**INSTRUCTIONS FOR THE TASK**
Of the records that follow, copy only the lines from the line containing "#134=ORIENTED_EDGE('',*,*,#133,.F.);" to the line containing "#149=ORIENTED_EDGE('',*,*,#92,.T.);", both included, exactly as written.
[EXTRACTED DATA Boundary: Start]
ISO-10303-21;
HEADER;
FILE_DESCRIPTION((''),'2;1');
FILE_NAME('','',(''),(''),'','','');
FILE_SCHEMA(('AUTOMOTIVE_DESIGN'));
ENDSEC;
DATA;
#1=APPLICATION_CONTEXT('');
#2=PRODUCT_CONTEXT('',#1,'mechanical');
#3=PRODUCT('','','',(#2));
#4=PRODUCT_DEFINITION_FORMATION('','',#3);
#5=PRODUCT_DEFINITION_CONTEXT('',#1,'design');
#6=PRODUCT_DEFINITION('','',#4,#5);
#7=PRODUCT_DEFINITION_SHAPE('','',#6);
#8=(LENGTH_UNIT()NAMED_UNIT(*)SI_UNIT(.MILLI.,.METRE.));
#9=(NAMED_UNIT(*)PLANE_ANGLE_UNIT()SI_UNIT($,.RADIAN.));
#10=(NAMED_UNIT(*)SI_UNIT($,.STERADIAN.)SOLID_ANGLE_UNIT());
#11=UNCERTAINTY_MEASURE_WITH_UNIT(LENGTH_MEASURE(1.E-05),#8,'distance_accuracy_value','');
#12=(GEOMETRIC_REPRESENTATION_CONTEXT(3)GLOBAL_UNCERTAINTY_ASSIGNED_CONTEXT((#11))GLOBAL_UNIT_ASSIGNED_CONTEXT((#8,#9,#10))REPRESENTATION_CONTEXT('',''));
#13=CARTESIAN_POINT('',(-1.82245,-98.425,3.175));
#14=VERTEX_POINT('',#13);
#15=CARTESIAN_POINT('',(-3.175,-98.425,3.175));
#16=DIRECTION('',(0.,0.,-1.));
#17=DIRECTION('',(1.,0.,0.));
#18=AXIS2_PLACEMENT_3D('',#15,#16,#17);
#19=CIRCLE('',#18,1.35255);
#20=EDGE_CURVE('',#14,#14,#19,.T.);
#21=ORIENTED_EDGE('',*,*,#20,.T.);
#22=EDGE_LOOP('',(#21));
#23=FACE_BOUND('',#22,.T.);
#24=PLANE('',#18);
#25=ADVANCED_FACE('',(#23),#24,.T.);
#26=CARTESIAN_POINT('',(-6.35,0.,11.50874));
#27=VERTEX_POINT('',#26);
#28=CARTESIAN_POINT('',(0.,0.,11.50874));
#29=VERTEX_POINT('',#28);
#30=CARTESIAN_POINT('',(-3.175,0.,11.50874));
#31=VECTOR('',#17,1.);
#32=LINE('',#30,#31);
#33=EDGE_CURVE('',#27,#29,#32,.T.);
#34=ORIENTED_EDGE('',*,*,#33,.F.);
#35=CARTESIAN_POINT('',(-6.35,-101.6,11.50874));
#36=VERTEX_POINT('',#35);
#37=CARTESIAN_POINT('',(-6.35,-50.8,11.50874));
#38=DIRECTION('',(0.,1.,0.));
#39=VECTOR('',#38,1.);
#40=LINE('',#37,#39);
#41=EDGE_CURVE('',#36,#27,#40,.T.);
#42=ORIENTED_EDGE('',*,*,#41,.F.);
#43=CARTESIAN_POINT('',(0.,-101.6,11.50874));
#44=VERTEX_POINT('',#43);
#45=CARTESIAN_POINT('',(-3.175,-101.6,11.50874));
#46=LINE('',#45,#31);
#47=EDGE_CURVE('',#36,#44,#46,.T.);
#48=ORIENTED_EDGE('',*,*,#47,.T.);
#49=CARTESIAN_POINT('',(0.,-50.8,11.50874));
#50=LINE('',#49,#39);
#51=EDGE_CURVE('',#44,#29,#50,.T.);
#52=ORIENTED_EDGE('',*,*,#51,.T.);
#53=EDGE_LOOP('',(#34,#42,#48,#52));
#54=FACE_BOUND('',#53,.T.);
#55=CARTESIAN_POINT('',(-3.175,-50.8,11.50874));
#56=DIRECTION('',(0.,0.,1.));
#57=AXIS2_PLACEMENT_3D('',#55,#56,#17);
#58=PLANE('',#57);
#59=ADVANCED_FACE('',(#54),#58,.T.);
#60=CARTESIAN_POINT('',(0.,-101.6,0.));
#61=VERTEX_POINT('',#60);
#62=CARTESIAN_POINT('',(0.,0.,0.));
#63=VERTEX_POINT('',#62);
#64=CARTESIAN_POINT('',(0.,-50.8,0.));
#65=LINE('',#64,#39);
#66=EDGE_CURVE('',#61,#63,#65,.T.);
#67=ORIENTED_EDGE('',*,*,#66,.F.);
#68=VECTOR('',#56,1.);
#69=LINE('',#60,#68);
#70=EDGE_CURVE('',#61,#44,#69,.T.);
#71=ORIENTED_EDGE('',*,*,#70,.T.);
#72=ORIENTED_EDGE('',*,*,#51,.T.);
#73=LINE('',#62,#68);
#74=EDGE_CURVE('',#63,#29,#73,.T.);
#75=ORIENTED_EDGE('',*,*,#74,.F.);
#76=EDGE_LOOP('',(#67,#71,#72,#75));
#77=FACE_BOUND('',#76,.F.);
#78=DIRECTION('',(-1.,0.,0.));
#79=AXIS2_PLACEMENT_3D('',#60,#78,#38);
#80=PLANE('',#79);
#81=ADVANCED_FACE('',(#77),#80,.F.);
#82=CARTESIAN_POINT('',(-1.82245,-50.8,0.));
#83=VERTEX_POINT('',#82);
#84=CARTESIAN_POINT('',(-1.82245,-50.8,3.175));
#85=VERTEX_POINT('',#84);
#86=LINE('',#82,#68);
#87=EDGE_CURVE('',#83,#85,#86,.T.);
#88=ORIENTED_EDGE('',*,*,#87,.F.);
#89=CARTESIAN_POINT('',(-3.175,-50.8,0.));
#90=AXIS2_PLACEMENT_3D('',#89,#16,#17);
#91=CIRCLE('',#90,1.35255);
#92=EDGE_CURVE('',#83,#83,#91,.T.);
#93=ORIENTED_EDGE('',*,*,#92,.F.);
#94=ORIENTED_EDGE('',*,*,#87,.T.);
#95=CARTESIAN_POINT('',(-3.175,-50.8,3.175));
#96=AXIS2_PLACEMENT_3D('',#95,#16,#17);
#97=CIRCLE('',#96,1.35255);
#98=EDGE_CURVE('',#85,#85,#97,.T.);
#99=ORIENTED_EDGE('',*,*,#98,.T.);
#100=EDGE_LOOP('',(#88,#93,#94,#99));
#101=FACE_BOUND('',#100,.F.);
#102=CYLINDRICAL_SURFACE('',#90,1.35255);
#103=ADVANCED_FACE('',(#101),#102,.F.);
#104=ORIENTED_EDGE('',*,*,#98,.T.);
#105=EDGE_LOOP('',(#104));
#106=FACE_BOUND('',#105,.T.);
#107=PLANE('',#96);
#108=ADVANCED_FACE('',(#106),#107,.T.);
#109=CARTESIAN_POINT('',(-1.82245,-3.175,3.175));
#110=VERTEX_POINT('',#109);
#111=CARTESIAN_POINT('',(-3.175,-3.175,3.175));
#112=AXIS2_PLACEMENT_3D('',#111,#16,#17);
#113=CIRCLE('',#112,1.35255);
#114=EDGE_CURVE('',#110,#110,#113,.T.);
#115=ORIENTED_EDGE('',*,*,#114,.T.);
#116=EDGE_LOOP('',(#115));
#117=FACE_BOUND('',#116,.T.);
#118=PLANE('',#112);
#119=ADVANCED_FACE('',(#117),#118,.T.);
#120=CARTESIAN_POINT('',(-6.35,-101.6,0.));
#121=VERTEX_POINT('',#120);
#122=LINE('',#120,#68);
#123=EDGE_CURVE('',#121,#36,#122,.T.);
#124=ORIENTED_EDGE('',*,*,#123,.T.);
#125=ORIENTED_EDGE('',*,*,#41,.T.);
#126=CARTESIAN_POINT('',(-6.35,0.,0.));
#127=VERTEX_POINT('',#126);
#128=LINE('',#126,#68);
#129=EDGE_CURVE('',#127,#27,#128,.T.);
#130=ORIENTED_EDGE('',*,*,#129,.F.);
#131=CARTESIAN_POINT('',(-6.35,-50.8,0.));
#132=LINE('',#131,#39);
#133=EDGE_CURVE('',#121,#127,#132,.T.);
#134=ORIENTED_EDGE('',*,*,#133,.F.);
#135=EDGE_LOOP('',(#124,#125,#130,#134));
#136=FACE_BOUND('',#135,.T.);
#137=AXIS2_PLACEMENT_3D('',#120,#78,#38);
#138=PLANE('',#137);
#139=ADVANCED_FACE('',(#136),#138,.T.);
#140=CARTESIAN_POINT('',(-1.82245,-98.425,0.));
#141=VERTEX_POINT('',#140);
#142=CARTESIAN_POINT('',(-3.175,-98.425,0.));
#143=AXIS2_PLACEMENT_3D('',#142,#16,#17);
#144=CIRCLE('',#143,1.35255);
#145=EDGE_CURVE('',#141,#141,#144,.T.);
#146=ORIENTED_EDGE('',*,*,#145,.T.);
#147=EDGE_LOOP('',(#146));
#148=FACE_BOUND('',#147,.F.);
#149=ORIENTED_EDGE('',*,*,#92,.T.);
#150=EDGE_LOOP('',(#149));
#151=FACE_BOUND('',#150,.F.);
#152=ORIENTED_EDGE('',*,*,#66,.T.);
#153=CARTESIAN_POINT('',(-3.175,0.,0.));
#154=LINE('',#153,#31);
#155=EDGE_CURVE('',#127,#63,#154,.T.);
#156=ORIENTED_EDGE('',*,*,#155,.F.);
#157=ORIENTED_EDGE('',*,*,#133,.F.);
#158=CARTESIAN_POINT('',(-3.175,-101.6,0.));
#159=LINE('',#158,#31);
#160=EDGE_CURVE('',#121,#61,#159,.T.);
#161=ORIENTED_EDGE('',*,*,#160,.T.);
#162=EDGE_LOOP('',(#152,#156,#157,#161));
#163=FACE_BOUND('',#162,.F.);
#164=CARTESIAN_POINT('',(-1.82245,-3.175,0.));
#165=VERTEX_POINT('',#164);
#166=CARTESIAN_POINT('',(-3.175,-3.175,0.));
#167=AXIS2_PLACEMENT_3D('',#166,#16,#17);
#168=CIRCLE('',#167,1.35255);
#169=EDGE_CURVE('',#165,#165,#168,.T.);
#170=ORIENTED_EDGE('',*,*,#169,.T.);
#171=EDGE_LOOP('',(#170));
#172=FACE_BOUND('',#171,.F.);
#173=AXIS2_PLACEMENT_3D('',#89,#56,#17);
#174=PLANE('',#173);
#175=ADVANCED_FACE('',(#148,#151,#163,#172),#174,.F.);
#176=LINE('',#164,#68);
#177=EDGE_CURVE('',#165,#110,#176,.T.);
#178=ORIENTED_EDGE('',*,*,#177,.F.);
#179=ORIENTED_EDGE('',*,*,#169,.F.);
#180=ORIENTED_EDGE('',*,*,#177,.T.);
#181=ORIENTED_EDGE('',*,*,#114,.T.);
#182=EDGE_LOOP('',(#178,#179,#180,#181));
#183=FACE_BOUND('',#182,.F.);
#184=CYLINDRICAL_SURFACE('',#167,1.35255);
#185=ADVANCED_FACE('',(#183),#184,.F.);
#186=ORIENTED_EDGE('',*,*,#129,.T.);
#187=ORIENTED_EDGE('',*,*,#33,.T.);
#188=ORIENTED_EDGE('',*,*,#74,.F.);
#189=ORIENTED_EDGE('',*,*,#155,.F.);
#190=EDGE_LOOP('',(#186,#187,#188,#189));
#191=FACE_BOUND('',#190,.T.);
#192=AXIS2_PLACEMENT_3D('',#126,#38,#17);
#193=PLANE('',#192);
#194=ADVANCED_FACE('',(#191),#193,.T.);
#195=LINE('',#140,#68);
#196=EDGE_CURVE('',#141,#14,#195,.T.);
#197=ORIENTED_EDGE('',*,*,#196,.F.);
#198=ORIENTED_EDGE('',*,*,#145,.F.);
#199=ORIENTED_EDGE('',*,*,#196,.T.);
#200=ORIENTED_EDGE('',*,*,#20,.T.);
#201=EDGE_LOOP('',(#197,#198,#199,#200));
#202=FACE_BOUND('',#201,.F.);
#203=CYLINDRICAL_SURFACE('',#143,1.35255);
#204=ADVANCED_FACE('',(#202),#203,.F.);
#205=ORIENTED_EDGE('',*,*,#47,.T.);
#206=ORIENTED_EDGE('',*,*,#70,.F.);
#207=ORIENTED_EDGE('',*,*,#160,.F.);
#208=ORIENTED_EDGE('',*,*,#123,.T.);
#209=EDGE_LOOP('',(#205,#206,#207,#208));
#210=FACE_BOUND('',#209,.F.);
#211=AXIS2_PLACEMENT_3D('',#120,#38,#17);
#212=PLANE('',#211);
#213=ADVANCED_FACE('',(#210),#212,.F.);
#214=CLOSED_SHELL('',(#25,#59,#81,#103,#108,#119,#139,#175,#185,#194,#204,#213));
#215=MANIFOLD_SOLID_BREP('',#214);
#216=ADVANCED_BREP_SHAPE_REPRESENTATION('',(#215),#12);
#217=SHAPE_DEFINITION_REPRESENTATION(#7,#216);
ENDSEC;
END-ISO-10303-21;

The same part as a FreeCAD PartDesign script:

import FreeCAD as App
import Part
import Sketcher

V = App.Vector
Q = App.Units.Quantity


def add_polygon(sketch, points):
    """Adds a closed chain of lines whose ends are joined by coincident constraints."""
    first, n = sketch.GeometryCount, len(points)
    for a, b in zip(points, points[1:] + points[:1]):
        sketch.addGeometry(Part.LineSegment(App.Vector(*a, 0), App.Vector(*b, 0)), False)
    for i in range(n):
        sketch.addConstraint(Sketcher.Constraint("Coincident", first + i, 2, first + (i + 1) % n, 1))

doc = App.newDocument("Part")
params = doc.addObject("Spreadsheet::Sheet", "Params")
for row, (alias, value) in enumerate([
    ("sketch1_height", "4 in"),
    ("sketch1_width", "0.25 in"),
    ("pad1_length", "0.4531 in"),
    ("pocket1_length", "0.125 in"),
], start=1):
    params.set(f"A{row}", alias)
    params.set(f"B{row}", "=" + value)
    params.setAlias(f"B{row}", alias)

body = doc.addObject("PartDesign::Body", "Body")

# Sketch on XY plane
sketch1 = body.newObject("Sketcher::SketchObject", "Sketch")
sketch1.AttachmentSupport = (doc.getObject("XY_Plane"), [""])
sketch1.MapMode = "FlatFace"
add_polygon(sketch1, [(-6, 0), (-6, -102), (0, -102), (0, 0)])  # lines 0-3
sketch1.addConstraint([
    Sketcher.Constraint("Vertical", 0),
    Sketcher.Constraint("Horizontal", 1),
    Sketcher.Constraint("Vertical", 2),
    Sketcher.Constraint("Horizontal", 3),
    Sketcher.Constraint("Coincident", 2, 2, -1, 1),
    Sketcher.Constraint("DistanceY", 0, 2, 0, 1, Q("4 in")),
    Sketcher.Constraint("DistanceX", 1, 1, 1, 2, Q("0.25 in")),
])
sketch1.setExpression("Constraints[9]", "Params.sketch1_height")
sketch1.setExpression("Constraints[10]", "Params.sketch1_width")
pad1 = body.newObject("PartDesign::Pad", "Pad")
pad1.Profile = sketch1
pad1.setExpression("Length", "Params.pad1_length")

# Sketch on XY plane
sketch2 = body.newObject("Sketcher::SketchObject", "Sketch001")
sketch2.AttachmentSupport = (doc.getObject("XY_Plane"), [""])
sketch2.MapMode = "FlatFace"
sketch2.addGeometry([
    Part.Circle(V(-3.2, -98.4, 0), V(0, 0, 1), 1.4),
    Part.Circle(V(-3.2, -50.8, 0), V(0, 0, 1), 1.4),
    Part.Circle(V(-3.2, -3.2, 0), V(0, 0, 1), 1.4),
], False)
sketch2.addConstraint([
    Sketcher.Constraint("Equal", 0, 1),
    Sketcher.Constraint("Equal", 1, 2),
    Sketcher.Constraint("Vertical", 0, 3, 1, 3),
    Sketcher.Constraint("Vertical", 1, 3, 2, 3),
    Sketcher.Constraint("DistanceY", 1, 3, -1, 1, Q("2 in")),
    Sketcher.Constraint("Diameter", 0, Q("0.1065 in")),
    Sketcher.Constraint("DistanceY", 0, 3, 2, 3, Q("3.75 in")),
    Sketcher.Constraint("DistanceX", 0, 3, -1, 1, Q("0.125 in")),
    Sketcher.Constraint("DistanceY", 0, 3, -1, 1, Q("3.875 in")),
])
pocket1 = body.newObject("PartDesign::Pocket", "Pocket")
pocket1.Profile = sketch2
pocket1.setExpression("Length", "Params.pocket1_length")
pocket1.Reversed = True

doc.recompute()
[EXTRACTED DATA Boundary: End]
**EXPECTED ANSWER**
#134=ORIENTED_EDGE('',*,*,#133,.F.);
#135=EDGE_LOOP('',(#124,#125,#130,#134));
#136=FACE_BOUND('',#135,.T.);
#137=AXIS2_PLACEMENT_3D('',#120,#78,#38);
#138=PLANE('',#137);
#139=ADVANCED_FACE('',(#136),#138,.T.);
#140=CARTESIAN_POINT('',(-1.82245,-98.425,0.));
#141=VERTEX_POINT('',#140);
#142=CARTESIAN_POINT('',(-3.175,-98.425,0.));
#143=AXIS2_PLACEMENT_3D('',#142,#16,#17);
#144=CIRCLE('',#143,1.35255);
#145=EDGE_CURVE('',#141,#141,#144,.T.);
#146=ORIENTED_EDGE('',*,*,#145,.T.);
#147=EDGE_LOOP('',(#146));
#148=FACE_BOUND('',#147,.F.);
#149=ORIENTED_EDGE('',*,*,#92,.T.);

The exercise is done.